[Dataset entries]:
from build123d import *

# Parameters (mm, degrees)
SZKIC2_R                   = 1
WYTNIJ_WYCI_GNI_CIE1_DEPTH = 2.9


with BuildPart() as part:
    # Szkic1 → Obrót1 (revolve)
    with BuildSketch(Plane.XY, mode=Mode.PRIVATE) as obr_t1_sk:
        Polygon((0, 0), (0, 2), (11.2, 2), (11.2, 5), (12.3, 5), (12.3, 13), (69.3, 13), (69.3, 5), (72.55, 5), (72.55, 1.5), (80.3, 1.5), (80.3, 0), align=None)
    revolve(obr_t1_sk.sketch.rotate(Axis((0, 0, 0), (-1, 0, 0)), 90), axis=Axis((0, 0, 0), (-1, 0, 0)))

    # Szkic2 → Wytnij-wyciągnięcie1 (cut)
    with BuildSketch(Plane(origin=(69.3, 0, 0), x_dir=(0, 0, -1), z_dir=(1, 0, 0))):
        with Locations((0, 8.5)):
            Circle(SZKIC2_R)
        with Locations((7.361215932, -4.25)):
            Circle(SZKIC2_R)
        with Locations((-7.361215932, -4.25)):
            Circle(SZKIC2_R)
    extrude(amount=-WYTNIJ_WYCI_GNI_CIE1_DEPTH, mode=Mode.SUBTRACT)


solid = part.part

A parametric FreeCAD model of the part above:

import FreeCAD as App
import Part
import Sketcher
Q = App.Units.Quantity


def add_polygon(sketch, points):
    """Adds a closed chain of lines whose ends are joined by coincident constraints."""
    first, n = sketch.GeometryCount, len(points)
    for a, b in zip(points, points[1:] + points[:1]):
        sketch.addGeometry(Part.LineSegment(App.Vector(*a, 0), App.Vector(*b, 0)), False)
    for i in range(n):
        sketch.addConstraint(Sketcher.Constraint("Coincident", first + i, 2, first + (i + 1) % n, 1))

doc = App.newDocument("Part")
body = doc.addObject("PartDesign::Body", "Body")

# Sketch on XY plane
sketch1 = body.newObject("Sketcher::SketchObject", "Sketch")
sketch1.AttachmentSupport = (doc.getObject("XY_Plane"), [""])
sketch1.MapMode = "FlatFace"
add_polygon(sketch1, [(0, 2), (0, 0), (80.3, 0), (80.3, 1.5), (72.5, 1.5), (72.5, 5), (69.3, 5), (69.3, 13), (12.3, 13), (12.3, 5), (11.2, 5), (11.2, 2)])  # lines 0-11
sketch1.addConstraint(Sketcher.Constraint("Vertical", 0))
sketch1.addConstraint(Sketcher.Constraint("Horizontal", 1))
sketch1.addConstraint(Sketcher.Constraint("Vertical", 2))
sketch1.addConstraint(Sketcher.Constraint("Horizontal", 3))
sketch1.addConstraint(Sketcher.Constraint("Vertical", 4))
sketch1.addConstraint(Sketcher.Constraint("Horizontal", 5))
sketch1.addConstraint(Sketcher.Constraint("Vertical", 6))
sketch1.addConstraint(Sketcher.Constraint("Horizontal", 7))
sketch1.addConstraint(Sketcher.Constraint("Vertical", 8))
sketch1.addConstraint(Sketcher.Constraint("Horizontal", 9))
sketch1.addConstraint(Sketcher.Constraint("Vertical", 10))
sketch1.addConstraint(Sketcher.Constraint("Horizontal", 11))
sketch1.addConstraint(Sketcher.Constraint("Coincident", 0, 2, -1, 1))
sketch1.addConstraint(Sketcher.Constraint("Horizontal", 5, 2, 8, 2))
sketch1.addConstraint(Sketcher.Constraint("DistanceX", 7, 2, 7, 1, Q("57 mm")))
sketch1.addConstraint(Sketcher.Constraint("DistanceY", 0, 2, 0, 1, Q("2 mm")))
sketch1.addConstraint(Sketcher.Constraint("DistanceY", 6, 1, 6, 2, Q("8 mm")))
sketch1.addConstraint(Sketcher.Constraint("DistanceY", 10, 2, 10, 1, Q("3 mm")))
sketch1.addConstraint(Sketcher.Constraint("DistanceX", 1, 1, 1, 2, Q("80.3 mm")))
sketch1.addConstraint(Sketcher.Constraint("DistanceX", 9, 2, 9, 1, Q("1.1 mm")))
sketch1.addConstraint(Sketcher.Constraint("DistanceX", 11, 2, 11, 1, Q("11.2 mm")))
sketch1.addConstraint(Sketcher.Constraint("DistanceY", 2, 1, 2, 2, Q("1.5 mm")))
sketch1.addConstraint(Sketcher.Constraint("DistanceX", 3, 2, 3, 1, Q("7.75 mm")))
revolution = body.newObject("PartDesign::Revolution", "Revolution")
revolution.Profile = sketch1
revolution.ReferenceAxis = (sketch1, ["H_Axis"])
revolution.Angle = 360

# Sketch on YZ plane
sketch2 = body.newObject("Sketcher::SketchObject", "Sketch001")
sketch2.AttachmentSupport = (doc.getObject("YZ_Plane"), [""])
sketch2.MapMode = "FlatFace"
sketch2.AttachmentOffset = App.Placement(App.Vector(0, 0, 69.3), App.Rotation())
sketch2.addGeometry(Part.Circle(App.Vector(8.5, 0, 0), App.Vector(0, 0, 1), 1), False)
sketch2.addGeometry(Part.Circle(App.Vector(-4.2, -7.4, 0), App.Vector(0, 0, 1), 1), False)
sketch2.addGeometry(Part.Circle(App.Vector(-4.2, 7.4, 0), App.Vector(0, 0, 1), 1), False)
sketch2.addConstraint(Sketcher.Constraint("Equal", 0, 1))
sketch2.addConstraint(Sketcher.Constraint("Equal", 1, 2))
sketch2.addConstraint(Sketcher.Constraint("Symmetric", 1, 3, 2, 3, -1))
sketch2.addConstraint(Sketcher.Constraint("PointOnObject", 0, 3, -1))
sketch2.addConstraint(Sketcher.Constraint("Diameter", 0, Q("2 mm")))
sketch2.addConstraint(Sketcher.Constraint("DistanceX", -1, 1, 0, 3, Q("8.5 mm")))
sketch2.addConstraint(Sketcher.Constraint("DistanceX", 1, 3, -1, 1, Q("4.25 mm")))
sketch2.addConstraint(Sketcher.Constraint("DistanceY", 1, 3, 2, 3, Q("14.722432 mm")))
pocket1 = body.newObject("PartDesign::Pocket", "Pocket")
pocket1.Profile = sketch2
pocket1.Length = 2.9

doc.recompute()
--
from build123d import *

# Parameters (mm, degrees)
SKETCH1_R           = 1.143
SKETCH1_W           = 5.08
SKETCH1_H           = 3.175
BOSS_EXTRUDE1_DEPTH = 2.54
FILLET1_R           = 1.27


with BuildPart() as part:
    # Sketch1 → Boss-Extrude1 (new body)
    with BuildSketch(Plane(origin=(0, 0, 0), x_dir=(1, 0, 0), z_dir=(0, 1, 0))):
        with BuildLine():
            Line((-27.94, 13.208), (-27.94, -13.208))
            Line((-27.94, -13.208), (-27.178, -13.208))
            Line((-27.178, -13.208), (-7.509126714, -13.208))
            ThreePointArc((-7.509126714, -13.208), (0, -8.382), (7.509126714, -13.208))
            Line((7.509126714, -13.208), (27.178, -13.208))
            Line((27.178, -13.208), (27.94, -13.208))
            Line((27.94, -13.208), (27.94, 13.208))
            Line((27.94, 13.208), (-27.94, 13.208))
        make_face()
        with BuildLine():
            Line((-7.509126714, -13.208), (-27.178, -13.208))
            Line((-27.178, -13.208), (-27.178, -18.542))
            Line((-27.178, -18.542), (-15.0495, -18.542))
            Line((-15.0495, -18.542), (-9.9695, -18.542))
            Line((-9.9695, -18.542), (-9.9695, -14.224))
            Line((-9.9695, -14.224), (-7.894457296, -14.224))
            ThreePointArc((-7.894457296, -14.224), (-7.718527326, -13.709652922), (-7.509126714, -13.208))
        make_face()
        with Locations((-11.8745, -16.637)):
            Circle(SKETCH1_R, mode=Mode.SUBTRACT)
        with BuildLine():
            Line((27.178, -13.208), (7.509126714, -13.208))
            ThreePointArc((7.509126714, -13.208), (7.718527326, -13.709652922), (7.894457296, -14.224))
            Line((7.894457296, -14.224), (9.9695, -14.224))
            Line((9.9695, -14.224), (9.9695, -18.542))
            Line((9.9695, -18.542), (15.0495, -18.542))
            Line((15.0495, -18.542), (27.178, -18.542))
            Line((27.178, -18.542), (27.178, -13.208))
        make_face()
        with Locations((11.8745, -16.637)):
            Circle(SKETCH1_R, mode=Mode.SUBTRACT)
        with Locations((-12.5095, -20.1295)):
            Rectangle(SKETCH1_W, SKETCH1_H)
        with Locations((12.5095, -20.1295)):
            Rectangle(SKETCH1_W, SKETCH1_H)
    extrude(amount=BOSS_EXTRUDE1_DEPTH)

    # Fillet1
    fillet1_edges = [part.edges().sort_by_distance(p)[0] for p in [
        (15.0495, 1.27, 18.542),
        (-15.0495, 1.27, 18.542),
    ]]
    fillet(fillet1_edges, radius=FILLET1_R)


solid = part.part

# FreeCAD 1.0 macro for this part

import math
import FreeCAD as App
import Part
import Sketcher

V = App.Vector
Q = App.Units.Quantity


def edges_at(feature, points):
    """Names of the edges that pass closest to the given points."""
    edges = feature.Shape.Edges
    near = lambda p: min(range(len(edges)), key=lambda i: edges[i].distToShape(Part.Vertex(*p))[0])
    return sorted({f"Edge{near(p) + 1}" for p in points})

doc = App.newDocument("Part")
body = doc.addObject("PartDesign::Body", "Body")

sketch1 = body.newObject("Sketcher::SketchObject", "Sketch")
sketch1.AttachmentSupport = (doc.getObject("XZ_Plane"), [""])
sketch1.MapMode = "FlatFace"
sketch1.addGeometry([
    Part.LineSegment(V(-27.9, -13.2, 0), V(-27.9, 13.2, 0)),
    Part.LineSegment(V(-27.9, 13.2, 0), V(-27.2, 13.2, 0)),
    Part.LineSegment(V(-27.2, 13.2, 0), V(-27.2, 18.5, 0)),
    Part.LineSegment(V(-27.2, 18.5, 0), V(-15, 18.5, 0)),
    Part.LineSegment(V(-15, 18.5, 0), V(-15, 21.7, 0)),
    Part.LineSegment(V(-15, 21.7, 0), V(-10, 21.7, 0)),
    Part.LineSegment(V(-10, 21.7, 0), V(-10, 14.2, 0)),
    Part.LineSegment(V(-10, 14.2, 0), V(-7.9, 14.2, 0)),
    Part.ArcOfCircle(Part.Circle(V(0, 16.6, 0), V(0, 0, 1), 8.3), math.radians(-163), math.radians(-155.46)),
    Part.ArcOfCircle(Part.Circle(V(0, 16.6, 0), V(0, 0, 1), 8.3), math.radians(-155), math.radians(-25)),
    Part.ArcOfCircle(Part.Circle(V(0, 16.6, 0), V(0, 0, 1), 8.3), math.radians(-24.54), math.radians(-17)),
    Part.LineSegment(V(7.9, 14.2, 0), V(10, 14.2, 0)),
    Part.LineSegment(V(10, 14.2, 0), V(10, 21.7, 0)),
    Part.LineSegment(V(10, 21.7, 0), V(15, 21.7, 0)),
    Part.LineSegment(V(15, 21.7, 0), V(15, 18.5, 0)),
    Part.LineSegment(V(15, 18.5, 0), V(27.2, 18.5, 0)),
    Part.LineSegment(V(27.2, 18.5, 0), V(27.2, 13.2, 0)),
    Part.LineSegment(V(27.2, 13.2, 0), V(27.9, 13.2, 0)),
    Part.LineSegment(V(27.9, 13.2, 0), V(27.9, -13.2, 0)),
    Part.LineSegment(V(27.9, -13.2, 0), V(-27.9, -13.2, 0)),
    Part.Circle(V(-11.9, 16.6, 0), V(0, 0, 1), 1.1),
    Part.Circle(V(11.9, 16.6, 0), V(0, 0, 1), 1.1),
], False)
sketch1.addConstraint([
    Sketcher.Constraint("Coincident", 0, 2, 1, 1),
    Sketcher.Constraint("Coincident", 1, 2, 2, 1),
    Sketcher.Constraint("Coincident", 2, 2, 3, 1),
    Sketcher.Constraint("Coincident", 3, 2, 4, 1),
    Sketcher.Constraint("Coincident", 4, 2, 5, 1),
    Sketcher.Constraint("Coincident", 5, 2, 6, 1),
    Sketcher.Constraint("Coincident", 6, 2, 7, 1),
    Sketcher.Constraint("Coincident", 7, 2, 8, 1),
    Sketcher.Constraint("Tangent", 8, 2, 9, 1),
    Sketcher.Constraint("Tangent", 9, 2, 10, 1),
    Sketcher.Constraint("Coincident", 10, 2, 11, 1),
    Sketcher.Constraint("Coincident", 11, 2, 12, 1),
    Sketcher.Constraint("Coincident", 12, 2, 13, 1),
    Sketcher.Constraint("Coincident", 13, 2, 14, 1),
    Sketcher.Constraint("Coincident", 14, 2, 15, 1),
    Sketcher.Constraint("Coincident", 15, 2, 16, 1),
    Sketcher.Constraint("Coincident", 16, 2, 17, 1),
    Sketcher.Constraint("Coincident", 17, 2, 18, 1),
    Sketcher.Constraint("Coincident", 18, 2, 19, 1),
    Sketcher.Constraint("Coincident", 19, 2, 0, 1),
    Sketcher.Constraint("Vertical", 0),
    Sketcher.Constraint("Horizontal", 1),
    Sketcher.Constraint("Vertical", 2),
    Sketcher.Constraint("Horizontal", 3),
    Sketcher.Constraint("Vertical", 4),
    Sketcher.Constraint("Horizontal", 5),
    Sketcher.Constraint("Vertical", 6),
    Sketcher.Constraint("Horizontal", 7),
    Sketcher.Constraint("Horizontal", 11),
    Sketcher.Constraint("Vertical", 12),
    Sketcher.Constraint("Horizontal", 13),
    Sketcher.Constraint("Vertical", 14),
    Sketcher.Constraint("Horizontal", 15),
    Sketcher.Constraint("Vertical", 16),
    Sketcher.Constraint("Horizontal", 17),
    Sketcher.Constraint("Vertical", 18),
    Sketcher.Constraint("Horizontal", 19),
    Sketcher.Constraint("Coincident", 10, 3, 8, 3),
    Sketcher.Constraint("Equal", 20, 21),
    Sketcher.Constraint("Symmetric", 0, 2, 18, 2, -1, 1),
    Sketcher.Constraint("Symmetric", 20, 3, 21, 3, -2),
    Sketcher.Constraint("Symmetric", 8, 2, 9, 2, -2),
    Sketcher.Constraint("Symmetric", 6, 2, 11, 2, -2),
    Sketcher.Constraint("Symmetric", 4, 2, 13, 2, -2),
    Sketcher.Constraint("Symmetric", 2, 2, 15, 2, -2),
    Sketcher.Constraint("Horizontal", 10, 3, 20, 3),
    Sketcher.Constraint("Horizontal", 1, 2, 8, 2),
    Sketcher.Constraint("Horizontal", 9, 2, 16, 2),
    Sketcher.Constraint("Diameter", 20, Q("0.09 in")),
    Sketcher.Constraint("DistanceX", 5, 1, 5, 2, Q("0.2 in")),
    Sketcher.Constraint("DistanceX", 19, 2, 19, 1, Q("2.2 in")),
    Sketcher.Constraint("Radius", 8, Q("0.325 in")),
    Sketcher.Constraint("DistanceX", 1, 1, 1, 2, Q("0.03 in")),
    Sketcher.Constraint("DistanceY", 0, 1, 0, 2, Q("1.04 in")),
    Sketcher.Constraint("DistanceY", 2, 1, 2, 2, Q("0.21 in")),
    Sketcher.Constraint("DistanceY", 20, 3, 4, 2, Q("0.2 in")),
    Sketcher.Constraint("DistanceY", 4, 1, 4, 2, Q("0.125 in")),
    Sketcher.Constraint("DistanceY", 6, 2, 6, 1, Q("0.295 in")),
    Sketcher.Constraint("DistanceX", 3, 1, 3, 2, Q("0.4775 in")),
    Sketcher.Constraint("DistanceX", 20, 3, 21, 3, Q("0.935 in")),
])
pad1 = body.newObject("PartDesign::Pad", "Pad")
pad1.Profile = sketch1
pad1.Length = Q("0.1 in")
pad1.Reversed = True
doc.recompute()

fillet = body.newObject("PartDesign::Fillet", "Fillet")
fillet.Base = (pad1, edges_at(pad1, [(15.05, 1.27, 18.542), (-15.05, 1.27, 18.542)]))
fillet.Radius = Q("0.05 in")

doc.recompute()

[Aim of the exercise]: Retype the entries above exactly, but only from the line containing "(80.3, 0), align=None)" through the line containing "A parametric FreeCAD", both included.

[Written answer]:
        Polygon((0, 0), (0, 2), (11.2, 2), (11.2, 5), (12.3, 5), (12.3, 13), (69.3, 13), (69.3, 5), (72.55, 5), (72.55, 1.5), (80.3, 1.5), (80.3, 0), align=None)
    revolve(obr_t1_sk.sketch.rotate(Axis((0, 0, 0), (-1, 0, 0)), 90), axis=Axis((0, 0, 0), (-1, 0, 0)))

    # Szkic2 → Wytnij-wyciągnięcie1 (cut)
    with BuildSketch(Plane(origin=(69.3, 0, 0), x_dir=(0, 0, -1), z_dir=(1, 0, 0))):
        with Locations((0, 8.5)):
            Circle(SZKIC2_R)
        with Locations((7.361215932, -4.25)):
            Circle(SZKIC2_R)
        with Locations((-7.361215932, -4.25)):
            Circle(SZKIC2_R)
    extrude(amount=-WYTNIJ_WYCI_GNI_CIE1_DEPTH, mode=Mode.SUBTRACT)


solid = part.part

A parametric FreeCAD model of the part above:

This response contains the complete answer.